A constatação é de que no ano passado houve o ápice da elevação de temperatura, segundo pesquisadores do Reino Unido e da Alemanha. Eles analisaram os anéis de árvores para verificar as variações do clima e o comportamento do planeta

Embora 2023 tenha sido relatado como o ano mais quente, as evidências instrumentais remontam apenas à década de 1850, e a maioria dos registros está limitada a algumas regiões do mundo. Agora, pesquisadores liderados pela Universidade de Cambridge, no Reino Unido, descobriram que 2023 foi o verão mais quente no Hemisfério Norte nos últimos 2.000 anos. A estação teve a temperatura quase quatro graus mais elevada do que o verão mais frio observado nesse mesmo período. O estudo foi detalhado na revista Nature.

Usando informações climáticas obtidas a partir da observação dos anéis de árvores, formados anualmente ao longo de dois milênios, cientistas de Cambridge e da Universidade Johannes Gutenberg de Mainz, na Alemanha, demonstraram quão excepcional foi o verão de 2023.

Mesmo considerando as variações climáticas naturais ao longo de centenas de anos, 2023 ainda teve o verão mais quente desde o auge do Império Romano, excedendo os extremos da variabilidade climática natural em meio grau. “Quando olhamos para o longo percurso da história, podemos ver quão dramático é o aquecimento global recente”, frisou, em nota, Ulf Büntgen, professor do departamento de Geografia de Cambridge e coautor do trabalho.

Os resultados também demonstram que, no Hemisfério Norte, o Acordo de Paris de 2015 para limitar o aquecimento a 1,5ºC acima dos níveis pré-industriais já foi violado.
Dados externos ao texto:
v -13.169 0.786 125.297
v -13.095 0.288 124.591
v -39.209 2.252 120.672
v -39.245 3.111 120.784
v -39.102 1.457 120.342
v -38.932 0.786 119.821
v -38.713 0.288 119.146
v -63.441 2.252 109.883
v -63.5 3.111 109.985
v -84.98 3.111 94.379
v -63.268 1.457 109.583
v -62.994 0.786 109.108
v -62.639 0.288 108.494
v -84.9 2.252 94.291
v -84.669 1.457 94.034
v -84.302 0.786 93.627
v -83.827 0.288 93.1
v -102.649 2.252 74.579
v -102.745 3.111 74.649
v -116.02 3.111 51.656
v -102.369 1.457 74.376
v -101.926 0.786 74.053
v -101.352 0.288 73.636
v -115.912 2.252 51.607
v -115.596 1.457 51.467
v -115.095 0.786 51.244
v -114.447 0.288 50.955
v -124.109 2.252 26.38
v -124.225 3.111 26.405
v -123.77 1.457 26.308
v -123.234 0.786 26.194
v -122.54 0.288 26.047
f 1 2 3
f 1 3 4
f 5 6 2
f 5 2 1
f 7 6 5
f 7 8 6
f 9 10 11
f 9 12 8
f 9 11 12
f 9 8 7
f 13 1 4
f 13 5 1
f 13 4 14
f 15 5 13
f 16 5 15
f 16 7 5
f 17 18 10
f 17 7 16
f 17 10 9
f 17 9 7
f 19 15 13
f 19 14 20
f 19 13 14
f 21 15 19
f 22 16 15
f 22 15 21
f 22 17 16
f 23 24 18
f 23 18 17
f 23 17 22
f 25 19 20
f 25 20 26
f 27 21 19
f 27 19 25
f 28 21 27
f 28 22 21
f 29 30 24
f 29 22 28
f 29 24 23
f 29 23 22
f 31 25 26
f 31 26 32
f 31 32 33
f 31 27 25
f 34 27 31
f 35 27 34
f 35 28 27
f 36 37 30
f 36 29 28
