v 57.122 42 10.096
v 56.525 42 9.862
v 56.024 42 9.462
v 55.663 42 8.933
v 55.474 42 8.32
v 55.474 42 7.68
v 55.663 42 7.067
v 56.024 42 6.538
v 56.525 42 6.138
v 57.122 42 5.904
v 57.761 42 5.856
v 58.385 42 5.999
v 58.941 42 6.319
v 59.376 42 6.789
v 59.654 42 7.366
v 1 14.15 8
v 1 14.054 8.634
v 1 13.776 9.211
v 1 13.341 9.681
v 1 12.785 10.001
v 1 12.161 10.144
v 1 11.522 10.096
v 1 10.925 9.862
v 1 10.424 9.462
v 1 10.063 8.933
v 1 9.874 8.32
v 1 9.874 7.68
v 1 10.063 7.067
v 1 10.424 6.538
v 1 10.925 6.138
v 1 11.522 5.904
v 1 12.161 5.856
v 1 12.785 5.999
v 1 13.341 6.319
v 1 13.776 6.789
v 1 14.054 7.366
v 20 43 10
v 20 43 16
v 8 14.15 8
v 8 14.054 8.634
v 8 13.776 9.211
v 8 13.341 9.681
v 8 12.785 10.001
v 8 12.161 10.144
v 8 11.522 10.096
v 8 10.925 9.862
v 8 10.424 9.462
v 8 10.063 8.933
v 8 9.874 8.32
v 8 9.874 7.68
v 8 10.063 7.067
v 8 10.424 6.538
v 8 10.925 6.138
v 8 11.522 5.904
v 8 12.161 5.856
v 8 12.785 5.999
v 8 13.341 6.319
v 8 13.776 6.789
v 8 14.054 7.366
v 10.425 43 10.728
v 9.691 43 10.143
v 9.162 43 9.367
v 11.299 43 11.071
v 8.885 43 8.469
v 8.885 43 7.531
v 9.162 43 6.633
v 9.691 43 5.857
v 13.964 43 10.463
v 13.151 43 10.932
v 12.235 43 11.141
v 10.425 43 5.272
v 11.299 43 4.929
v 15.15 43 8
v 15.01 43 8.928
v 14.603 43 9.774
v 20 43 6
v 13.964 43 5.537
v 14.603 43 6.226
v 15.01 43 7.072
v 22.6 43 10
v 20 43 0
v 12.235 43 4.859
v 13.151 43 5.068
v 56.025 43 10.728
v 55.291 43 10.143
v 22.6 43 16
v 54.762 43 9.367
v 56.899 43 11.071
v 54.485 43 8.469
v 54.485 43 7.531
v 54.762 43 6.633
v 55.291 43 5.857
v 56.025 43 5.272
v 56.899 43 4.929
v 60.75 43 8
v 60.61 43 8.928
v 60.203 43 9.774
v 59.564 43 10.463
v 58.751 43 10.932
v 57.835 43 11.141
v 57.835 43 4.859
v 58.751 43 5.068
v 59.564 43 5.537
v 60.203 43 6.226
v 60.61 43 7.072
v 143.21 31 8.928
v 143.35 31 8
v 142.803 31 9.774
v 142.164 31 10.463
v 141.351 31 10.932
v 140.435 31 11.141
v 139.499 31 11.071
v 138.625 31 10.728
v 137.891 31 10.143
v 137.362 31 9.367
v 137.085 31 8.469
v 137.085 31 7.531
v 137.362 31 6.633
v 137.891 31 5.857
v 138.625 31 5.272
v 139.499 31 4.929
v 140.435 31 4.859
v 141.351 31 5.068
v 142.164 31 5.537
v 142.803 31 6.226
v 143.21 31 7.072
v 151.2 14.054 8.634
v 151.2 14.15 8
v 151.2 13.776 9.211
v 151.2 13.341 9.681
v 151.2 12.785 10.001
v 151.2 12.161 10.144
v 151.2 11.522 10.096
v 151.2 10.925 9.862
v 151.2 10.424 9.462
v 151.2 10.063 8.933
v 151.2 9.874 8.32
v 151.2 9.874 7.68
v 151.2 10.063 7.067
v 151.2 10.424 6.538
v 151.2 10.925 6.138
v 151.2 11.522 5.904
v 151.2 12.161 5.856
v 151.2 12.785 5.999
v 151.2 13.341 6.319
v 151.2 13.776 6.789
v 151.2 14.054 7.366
Conforme a pesquisa, os primeiros registros instrumentais de temperatura, de 1850 a 1900, são esparsos e inconsistentes. Para o trabalho, os investigadores compararam os dados instrumentais pioneiros com um conjunto de informações obtidas a partir da observação de anéis de árvores em grande escala.

Ao unir as informações, eles descobriram que a linha de base da temperatura do século 19 usada para contextualizar o aquecimento global é vários décimos de grau Celsius mais fria do que se pensava anteriormente. Ao recalibrar esse parâmetro, a equipe calculou que as condições do verão de 2023 no Hemisfério Norte foram 2,07°C mais quentes do que as temperaturas médias do verão entre 1850 e 1900.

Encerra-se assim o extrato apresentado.